:: Data to examine ::

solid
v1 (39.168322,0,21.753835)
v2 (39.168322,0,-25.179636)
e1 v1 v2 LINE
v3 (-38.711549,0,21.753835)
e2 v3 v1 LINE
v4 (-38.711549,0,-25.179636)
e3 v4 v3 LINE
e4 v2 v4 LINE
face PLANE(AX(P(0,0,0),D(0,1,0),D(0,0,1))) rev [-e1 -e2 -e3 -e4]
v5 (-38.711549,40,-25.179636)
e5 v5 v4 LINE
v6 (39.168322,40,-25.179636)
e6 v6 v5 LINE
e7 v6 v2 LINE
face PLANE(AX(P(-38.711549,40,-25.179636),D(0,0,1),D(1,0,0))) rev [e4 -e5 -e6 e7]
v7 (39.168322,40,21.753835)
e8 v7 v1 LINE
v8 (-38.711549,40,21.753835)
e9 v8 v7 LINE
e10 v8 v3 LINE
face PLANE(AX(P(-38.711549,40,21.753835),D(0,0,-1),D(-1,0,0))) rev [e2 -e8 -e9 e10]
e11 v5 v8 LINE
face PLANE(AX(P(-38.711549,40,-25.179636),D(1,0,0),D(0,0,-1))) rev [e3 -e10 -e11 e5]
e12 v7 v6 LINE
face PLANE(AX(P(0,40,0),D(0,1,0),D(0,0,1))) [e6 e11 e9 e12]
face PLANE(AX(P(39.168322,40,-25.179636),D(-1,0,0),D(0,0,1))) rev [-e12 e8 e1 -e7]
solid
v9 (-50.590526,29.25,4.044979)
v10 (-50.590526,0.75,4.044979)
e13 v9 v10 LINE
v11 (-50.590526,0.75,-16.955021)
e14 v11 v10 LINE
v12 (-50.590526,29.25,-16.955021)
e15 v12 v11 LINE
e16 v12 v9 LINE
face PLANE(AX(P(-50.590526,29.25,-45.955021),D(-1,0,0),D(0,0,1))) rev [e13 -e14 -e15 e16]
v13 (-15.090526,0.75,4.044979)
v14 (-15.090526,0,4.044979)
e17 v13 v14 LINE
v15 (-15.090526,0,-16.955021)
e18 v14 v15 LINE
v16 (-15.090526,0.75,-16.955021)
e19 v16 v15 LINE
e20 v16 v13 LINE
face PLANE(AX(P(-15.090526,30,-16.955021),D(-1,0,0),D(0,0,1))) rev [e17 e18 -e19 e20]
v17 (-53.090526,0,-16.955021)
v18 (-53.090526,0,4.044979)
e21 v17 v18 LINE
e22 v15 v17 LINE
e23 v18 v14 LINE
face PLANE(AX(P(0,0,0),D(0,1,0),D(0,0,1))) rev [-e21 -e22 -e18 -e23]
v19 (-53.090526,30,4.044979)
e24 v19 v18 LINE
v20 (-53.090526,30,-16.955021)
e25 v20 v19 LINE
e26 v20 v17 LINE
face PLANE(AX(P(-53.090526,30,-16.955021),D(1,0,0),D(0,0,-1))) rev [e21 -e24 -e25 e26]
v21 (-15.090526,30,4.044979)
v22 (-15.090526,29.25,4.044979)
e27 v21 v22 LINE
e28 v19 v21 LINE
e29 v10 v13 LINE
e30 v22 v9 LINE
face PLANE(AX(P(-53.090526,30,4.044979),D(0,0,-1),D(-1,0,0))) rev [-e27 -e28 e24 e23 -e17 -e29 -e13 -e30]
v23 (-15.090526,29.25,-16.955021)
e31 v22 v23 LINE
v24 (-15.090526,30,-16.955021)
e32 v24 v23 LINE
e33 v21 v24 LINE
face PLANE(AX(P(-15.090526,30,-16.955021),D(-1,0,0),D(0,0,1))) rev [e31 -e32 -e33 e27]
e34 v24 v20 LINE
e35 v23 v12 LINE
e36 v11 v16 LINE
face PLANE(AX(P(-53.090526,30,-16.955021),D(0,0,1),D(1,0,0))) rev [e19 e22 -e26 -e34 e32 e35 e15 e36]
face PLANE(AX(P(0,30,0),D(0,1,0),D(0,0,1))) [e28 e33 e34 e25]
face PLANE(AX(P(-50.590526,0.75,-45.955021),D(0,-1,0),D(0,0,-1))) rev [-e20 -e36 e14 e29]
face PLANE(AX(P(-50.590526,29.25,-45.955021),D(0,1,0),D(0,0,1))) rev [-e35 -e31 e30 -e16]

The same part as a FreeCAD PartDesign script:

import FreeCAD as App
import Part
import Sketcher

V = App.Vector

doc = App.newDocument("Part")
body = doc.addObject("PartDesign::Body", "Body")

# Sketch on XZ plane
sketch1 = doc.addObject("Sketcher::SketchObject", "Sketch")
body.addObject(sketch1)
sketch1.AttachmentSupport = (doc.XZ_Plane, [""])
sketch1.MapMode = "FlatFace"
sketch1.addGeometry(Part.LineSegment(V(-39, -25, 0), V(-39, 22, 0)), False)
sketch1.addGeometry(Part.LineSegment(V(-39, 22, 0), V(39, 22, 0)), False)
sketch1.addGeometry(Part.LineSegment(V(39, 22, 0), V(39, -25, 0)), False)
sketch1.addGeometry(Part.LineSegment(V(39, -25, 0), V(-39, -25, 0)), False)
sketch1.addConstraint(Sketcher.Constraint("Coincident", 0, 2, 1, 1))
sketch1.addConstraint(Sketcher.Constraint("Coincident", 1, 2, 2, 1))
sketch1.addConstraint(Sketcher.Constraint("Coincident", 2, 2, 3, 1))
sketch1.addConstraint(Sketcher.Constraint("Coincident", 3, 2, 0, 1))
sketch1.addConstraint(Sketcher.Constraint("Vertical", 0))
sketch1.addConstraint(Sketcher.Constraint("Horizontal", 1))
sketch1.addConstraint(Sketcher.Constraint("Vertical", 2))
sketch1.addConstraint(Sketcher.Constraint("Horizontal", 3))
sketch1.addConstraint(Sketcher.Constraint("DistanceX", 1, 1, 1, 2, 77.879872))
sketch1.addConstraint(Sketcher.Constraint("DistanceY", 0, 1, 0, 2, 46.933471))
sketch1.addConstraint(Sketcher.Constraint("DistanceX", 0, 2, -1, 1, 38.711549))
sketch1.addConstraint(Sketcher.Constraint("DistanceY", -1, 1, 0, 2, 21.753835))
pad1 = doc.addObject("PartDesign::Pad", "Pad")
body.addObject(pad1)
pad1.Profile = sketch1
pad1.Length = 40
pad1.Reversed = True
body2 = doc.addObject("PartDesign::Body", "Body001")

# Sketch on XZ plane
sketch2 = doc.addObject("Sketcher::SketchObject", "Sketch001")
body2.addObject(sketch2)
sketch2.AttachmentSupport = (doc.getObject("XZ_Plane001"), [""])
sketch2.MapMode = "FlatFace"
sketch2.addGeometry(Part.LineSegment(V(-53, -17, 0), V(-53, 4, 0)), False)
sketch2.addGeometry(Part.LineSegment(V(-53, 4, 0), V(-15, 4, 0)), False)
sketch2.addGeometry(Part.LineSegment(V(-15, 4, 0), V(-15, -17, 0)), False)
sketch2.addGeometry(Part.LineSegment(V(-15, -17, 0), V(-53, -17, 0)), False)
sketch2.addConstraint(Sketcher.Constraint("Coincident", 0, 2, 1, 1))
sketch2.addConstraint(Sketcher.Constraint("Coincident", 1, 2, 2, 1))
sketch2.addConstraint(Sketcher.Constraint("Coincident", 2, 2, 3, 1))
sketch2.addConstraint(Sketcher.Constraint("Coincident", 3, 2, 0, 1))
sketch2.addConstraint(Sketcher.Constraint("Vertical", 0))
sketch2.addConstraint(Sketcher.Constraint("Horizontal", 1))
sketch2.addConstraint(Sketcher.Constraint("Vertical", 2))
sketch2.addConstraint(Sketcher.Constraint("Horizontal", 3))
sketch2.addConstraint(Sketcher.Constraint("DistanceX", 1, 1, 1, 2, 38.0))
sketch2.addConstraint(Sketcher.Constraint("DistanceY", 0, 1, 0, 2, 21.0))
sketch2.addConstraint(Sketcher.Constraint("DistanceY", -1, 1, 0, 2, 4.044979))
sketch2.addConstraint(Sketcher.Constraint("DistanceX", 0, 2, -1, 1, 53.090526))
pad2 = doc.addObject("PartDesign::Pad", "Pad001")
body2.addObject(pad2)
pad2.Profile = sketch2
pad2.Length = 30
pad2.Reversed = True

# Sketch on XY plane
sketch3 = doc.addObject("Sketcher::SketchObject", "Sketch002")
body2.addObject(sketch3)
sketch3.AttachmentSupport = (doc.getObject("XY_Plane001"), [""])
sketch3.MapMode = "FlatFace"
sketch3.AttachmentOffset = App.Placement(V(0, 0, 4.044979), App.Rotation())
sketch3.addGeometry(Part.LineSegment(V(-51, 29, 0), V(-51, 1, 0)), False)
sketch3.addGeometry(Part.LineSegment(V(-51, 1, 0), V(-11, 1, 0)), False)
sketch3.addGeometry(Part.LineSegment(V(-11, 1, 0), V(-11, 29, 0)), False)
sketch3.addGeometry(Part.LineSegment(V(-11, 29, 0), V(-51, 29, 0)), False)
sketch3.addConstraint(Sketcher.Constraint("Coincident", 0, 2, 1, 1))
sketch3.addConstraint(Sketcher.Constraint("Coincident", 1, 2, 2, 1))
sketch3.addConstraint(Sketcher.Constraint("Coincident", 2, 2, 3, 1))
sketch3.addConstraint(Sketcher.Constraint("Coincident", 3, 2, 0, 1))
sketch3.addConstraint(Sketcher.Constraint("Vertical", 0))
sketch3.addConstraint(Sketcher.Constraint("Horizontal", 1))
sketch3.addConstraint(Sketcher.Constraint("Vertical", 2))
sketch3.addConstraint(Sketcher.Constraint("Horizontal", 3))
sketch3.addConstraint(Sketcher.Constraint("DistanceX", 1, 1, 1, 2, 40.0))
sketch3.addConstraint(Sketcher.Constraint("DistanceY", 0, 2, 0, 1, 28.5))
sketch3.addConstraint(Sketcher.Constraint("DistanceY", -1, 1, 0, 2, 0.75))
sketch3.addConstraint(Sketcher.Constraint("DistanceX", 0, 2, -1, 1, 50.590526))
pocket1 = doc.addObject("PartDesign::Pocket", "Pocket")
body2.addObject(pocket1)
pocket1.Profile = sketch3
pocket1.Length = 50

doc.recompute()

:::
:: Data to examine ::

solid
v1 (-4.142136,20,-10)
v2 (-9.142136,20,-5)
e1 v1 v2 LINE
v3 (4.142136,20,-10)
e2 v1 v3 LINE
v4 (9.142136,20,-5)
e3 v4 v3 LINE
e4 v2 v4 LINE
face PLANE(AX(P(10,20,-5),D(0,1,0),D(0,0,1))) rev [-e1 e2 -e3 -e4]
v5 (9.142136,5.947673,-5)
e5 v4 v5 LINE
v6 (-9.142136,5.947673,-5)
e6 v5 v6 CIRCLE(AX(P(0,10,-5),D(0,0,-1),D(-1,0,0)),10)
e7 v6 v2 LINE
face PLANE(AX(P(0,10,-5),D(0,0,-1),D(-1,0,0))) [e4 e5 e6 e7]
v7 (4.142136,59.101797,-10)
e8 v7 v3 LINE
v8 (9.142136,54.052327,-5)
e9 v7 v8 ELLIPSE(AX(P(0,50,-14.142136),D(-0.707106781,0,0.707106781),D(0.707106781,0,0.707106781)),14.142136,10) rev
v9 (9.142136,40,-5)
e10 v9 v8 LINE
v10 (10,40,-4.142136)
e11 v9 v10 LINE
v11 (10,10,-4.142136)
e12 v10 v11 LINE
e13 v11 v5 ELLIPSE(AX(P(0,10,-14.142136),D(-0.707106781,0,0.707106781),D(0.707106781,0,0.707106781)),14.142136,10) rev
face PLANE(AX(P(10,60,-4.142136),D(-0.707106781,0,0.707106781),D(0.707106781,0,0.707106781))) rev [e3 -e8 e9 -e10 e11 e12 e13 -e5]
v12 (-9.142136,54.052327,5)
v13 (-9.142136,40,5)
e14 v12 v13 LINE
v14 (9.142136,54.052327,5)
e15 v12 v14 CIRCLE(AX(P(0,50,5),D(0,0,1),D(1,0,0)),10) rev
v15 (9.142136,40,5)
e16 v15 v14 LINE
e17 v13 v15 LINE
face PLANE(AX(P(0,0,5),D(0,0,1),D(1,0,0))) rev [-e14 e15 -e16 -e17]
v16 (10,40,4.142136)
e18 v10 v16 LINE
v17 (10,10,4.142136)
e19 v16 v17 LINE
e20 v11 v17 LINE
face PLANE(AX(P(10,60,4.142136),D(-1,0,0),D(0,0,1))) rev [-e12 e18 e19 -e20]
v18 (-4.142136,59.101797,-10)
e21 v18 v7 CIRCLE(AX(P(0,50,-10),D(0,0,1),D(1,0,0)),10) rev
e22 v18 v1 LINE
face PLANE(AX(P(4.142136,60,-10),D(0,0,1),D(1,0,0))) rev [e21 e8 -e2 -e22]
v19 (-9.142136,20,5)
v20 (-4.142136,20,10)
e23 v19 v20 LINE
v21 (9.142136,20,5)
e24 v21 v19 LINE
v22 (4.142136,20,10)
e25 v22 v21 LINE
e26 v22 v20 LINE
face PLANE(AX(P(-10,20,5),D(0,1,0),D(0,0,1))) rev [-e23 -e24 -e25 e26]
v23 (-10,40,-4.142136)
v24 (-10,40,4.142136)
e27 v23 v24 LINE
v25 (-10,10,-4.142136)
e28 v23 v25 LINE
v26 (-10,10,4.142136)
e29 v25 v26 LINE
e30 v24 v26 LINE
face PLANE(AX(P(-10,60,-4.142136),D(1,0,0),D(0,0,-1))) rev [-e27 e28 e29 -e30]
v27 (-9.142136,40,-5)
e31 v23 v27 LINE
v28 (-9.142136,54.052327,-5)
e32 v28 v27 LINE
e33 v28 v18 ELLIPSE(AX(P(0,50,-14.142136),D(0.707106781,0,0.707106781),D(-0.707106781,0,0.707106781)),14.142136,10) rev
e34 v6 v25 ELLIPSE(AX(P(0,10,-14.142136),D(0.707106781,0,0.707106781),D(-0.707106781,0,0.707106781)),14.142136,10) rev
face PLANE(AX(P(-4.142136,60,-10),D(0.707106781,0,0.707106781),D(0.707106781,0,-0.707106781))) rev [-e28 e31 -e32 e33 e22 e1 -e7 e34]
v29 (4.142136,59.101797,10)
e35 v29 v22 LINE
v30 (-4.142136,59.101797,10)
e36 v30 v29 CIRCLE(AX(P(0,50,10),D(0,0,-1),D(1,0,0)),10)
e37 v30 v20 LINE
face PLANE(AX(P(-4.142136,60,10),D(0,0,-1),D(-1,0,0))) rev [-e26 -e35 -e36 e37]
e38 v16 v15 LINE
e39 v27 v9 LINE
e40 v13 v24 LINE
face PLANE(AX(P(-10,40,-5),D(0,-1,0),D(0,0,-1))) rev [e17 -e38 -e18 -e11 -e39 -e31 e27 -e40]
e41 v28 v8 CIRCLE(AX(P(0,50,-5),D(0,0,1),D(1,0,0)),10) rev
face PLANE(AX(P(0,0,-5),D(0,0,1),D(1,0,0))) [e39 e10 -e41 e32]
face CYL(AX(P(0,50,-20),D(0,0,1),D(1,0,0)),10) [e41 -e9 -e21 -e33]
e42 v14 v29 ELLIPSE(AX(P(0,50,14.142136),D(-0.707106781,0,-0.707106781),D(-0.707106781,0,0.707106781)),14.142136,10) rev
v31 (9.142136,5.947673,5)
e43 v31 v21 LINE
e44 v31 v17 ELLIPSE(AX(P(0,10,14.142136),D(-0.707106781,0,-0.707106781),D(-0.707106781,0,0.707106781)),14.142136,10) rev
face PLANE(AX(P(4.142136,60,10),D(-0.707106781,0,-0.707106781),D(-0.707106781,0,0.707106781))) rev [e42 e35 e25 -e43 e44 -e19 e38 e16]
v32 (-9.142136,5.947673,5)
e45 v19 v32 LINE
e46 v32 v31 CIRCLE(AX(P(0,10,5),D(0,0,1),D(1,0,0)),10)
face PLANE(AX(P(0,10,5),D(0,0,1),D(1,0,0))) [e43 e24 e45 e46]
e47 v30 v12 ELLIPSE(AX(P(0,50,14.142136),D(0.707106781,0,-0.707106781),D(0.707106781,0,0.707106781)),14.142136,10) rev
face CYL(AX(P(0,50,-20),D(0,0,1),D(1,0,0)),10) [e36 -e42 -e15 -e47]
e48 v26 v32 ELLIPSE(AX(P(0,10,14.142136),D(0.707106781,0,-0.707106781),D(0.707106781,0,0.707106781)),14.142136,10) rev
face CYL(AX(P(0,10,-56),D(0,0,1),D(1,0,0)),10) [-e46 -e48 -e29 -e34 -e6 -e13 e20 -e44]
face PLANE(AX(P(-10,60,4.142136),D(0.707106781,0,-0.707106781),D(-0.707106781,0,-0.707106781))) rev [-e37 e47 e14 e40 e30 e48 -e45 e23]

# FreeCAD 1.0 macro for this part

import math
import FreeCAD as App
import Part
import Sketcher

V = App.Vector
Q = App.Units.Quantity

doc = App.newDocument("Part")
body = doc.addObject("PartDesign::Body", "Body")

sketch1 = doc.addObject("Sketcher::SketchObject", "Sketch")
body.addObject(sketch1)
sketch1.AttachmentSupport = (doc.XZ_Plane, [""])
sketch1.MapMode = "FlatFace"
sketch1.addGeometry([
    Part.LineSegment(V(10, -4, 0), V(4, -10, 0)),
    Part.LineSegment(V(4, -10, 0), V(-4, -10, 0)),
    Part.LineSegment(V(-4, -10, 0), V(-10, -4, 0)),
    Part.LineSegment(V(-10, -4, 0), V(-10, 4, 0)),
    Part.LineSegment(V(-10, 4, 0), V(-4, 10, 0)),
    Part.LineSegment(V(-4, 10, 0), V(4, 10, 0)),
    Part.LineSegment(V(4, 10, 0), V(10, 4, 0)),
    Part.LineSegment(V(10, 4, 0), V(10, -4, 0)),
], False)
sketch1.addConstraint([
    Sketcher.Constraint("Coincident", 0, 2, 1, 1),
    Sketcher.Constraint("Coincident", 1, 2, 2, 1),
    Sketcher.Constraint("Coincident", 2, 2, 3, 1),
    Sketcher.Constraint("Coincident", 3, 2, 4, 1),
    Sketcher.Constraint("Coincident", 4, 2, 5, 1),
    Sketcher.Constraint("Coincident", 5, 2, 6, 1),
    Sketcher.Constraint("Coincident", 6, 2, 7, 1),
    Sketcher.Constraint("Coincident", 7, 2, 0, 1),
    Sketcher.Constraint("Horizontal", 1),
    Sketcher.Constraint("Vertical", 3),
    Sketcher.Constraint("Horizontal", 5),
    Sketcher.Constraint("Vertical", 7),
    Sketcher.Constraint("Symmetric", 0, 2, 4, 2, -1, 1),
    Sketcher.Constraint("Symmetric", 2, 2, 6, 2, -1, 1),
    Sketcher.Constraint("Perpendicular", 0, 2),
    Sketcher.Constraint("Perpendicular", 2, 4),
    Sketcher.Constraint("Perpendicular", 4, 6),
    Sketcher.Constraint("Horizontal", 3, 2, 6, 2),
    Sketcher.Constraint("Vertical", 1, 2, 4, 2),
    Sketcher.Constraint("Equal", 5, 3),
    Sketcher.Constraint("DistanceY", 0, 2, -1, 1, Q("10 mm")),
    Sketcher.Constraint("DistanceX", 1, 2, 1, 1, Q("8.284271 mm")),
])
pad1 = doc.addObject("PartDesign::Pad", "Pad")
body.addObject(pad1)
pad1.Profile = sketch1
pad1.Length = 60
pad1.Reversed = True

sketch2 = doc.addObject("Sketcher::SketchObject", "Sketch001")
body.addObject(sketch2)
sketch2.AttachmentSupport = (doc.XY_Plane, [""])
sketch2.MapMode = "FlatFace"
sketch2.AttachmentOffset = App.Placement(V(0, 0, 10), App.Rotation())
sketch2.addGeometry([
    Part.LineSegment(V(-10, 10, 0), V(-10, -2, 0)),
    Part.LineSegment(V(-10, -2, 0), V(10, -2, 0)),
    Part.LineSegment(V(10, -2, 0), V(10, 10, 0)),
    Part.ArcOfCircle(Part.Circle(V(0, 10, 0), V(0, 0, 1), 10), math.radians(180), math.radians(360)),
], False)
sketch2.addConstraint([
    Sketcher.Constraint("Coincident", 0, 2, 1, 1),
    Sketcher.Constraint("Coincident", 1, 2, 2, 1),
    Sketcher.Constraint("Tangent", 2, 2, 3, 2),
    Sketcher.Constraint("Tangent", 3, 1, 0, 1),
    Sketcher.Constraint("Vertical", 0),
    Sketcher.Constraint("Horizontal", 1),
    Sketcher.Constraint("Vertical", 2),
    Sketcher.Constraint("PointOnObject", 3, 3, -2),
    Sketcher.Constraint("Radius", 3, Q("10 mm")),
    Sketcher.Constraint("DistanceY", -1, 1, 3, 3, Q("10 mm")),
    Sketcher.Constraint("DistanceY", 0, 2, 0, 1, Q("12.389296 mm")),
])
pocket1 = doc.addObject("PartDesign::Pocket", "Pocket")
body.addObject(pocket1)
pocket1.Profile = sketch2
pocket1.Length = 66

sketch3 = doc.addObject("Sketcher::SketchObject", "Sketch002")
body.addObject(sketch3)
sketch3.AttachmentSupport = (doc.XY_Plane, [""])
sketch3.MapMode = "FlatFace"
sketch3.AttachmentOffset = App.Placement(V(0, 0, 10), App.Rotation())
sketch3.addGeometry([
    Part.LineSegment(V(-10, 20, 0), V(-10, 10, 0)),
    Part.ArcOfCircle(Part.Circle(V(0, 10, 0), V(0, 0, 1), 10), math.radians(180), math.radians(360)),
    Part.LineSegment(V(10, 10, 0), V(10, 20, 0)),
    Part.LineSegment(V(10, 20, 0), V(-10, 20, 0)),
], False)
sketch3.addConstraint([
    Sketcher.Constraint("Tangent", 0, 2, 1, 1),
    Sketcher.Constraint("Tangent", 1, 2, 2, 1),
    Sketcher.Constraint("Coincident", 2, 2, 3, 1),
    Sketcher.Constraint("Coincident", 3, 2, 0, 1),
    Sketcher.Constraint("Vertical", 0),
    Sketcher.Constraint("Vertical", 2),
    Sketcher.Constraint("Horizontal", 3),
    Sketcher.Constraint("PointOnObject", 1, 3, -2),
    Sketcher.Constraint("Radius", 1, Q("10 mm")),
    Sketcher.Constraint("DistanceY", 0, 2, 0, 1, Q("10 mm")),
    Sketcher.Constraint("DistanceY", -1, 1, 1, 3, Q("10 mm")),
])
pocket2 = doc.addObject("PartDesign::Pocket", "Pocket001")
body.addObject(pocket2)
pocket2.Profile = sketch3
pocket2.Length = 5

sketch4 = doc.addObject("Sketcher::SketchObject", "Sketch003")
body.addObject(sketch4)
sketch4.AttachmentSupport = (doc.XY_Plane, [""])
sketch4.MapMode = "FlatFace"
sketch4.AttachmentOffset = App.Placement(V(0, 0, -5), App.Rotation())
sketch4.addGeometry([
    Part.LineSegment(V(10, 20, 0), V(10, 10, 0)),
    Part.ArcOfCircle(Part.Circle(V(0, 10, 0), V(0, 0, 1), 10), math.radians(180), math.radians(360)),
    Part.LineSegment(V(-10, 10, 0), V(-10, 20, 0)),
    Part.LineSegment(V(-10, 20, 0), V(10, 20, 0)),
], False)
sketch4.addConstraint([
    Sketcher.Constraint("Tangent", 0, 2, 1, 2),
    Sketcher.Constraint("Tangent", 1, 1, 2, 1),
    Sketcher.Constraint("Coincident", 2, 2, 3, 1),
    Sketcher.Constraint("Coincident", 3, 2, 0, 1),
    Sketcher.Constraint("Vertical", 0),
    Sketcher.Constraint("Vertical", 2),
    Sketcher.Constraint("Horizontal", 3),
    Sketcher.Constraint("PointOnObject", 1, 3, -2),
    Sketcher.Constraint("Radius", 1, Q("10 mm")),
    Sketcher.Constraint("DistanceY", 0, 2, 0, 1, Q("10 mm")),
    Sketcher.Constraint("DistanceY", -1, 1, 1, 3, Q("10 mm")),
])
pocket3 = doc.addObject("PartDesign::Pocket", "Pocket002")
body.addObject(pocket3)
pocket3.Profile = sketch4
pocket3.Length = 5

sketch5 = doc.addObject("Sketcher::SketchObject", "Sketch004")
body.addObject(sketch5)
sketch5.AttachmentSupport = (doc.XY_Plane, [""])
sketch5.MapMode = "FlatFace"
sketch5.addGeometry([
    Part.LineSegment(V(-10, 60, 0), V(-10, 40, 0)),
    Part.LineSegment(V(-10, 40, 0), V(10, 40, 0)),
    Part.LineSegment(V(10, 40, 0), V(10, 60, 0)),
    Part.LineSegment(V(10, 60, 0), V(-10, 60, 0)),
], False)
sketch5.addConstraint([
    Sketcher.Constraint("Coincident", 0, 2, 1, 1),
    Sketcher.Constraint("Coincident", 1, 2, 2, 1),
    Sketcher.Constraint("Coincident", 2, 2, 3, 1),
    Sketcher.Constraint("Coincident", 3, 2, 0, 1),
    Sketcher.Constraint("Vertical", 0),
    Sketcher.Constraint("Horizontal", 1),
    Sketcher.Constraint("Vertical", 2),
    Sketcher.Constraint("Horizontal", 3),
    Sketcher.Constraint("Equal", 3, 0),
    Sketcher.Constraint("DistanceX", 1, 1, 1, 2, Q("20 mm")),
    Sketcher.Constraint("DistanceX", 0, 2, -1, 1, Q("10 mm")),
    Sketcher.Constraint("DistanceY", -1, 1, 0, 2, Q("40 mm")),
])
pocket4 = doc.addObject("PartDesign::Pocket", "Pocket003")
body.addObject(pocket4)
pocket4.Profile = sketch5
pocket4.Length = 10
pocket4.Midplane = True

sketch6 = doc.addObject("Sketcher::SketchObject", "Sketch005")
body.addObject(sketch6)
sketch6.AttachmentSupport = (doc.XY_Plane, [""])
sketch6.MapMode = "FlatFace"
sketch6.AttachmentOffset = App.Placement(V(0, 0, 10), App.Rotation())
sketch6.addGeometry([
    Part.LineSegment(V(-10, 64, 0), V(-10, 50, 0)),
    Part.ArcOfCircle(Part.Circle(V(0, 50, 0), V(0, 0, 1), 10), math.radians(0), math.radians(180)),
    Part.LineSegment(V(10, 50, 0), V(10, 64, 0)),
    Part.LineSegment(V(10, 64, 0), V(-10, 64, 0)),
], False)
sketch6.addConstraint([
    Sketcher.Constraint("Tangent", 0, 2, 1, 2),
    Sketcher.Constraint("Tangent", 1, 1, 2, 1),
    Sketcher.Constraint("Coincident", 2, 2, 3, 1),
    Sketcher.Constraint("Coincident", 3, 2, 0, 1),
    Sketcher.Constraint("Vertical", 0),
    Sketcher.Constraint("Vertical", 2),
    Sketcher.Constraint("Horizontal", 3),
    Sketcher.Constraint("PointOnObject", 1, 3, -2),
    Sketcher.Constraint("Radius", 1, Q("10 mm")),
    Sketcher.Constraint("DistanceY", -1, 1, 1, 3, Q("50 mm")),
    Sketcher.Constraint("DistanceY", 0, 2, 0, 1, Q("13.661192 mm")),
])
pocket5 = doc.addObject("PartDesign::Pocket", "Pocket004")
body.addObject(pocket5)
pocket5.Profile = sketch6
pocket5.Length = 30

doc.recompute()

:::

From the listing above, collect every line that mentions the word "ELLIPSE".

e9 v7 v8 ELLIPSE(AX(P(0,50,-14.142136),D(-0.707106781,0,0.707106781),D(0.707106781,0,0.707106781)),14.142136,10) rev
e13 v11 v5 ELLIPSE(AX(P(0,10,-14.142136),D(-0.707106781,0,0.707106781),D(0.707106781,0,0.707106781)),14.142136,10) rev
e33 v28 v18 ELLIPSE(AX(P(0,50,-14.142136),D(0.707106781,0,0.707106781),D(-0.707106781,0,0.707106781)),14.142136,10) rev
e34 v6 v25 ELLIPSE(AX(P(0,10,-14.142136),D(0.707106781,0,0.707106781),D(-0.707106781,0,0.707106781)),14.142136,10) rev
e42 v14 v29 ELLIPSE(AX(P(0,50,14.142136),D(-0.707106781,0,-0.707106781),D(-0.707106781,0,0.707106781)),14.142136,10) rev
e44 v31 v17 ELLIPSE(AX(P(0,10,14.142136),D(-0.707106781,0,-0.707106781),D(-0.707106781,0,0.707106781)),14.142136,10) rev
e47 v30 v12 ELLIPSE(AX(P(0,50,14.142136),D(0.707106781,0,-0.707106781),D(0.707106781,0,0.707106781)),14.142136,10) rev
e48 v26 v32 ELLIPSE(AX(P(0,10,14.142136),D(0.707106781,0,-0.707106781),D(0.707106781,0,0.707106781)),14.142136,10) rev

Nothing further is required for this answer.